I built two R Shiny web applications: one to assist with the calculation of mortality risk for a specific patient subpopulation, and the other for the interactive visualization of population-wide cancer incidence and outcomes. My code emphasized reproducibility, documentation, and maintainability, with a focus on modular codebases and tech stacks to allow future extensability. My work helped create tooling that could be iterated on by other team members, reduced friction between modeling outputs and end-user interaction and accessibility, and helped move projects closer to production-grade standards.

What I learned:
Building for maintainability and ease of use are paramount when designing tools for clinical and research workflows.

Lessons Learned

1. Deployability and utility are just as important as accuracy in health ML

When I started at the Hutch, I imagined that the focus of my work would be on using advanced model architectures to achieve the best benchmarks. Over time, I realized the harder questions in health AI were related more to the data themselves and the practicality of deployment. In particular:

How do we determine that we have the right data for the question at hand?
What types of errors in model behavior are acceptable, and which are not?
When is a model “good enough” for clinical use?

Fred Hutch taught me to think beyond common metrics like AUC, and to never forget about clinical utility, reliability, and trust.

2. Interdisciplinary collaboration in biomedicine goes beyond “understanding the biology”

Working alongside oncologists, clinical trial managers, and research coordinators fundamentally reshaped how I approach health data problems. In the past, my comprehension of biomedical concepts was enough to guide my collaboration with clinical stakeholders. At the Hutch, these collaborations had to extend beyond my understanding of the life sciences. Progress in my work depended on clear communication, alignment of expectations, and the translation from clinical to technical perspectives. I became more intentional about stakeholder alignment and more comfortable operating in ambiguity.
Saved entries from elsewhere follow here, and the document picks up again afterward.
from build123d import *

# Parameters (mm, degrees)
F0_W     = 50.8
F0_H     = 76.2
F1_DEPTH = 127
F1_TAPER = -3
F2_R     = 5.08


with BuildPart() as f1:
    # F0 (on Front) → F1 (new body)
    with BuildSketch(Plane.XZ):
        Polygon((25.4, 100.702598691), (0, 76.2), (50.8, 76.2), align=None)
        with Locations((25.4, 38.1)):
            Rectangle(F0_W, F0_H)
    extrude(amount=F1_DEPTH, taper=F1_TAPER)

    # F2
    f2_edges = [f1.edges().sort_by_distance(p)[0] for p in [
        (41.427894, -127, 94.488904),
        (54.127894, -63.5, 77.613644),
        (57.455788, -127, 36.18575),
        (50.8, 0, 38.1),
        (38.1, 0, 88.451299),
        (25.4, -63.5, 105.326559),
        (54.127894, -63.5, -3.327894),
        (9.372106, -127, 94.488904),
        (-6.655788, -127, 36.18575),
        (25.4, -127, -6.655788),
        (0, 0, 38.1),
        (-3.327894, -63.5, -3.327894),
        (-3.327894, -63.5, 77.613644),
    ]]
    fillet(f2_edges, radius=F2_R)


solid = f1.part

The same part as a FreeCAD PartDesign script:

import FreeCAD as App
import Part
import Sketcher
from FreeCAD import Vector
Q = App.Units.Quantity


def edges_at(feature, points):
    """Names of the edges that pass closest to the given points."""
    edges = feature.Shape.Edges
    near = lambda p: min(range(len(edges)), key=lambda i: edges[i].distToShape(Part.Vertex(*p))[0])
    return sorted({f"Edge{near(p) + 1}" for p in points})

doc = App.newDocument("Part")
params = doc.addObject("Spreadsheet::Sheet", "Params")
for row, (alias, value) in enumerate([
    ("sketch1_width", "2 in"),
    ("sketch1_height", "3 in"),
    ("pad1_length", "5 in"),
    ("pad1_taper", "3 deg"),
    ("fillet_radius", "0.2 in"),
], start=1):
    params.set(f"A{row}", alias)
    params.set(f"B{row}", "=" + value)
    params.setAlias(f"B{row}", alias)

body = doc.addObject("PartDesign::Body", "Body")

# Sketch on XZ plane
sketch1 = body.newObject("Sketcher::SketchObject", "Sketch")
sketch1.AttachmentSupport = (doc.getObject("XZ_Plane"), [""])
sketch1.MapMode = "FlatFace"
sketch1.addGeometry([
    Part.LineSegment(Vector(25.4, 100.702599, 0), Vector(0, 76.2, 0)),  # 0
    Part.LineSegment(Vector(0, 76.2, 0), Vector(0, 0, 0)),  # 1
    Part.LineSegment(Vector(0, 0, 0), Vector(50.8, 0, 0)),  # 2
    Part.LineSegment(Vector(50.8, 0, 0), Vector(50.8, 76.2, 0)),  # 3
    Part.LineSegment(Vector(50.8, 76.2, 0), Vector(25.4, 100.702599, 0)),  # 4
], False)
sketch1.addConstraint([
    Sketcher.Constraint("Coincident", 0, 2, 1, 1),
    Sketcher.Constraint("Coincident", 1, 2, 2, 1),
    Sketcher.Constraint("Coincident", 2, 2, 3, 1),
    Sketcher.Constraint("Coincident", 3, 2, 4, 1),
    Sketcher.Constraint("Coincident", 4, 2, 0, 1),
    Sketcher.Constraint("Vertical", 1),
    Sketcher.Constraint("Horizontal", 2),
    Sketcher.Constraint("Vertical", 3),
    Sketcher.Constraint("Coincident", 1, 2, -1, 1),
    Sketcher.Constraint("Horizontal", 0, 2, 3, 2),
    Sketcher.Constraint("Equal", 0, 4),
    Sketcher.Constraint("DistanceX", 2, 1, 2, 2, Q("2 in")),
    Sketcher.Constraint("DistanceY", 1, 2, 1, 1, Q("3 in")),
    Sketcher.Constraint("DistanceY", -1, 1, 4, 2, Q("100.702599 mm")),
])
sketch1.setExpression("Constraints[11]", "Params.sketch1_width")
sketch1.setExpression("Constraints[12]", "Params.sketch1_height")
pad1 = body.newObject("PartDesign::Pad", "Pad")
pad1.Profile = sketch1
pad1.setExpression("Length", "Params.pad1_length")
pad1.setExpression("TaperAngle", "Params.pad1_taper")
doc.recompute()

fillet = body.newObject("PartDesign::Fillet", "Fillet")
fillet.Base = (pad1, edges_at(pad1, [
    (41.428, -127, 94.489),
    (54.128, -63.5, 77.614),
    (57.456, -127, 36.186),
    (50.8, 0, 38.1),
    (38.1, 0, 88.451),
    (25.4, -63.5, 105.327),
    (54.128, -63.5, -3.328),
    (9.372, -127, 94.489),
    (-6.656, -127, 36.186),
    (25.4, -127, -6.656),
    (0, 0, 38.1),
    (-3.328, -63.5, -3.328),
    (-3.328, -63.5, 77.614),
]))
fillet.setExpression("Radius", "Params.fillet_radius")

doc.recompute()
3. Clinical data capture is inherently messy

During my PhD, the datasets I worked with were often curated before my analysis. In real-world oncology data, in spite of the fact that data are ingested into full-scale electronic health records, mess is part of the signal. Missingness patterns, documentation variability, and coding heterogeneity are an expectation rather than an exception in typical workflows. Learning to work with that complexity changed how I think about clinical data modeling and access, and it deepened my appreciation for robust data governance and thoughtful guardrails.

4. Democratizing access to data is a must

One of the most important themes I’ll carry forward is the importance of bringing data to users. Clinical data should not live behind opaque pipelines or require advanced technical expertise to interpret. The more we can make data accessible, interpretable, and responsibly governed, the more impact it can have. Approachable tooling builds trust, and in turn, trust enables broader adoption and impact.

Looking forward

Last month, I joined the Enterprise AI team at Humana as a Senior Data Scientist. This move has very much felt like a natural next step in my career. At Fred Hutch, I learned how to build clinically grounded data models and navigate real-world healthcare data. At Humana, I’ll be working on responsible, production-grade generative AI and agentic systems for healthcare workflows at scale.

I’m tremendously grateful to the mentors, collaborators, and teammates who made my time at Fred Hutch so formative! This was without question the best possible first role for me coming out of academia, and it deeply shaped how I think about science and impact as well as my long-term career. I’m excited to bring the lessons I learned at the Hutch to Humana, and to deepen my work in generative AI, multimodal systems, and reliability in healthcare AI - all areas where rigor and real-world constraints intersect in meaningful ways.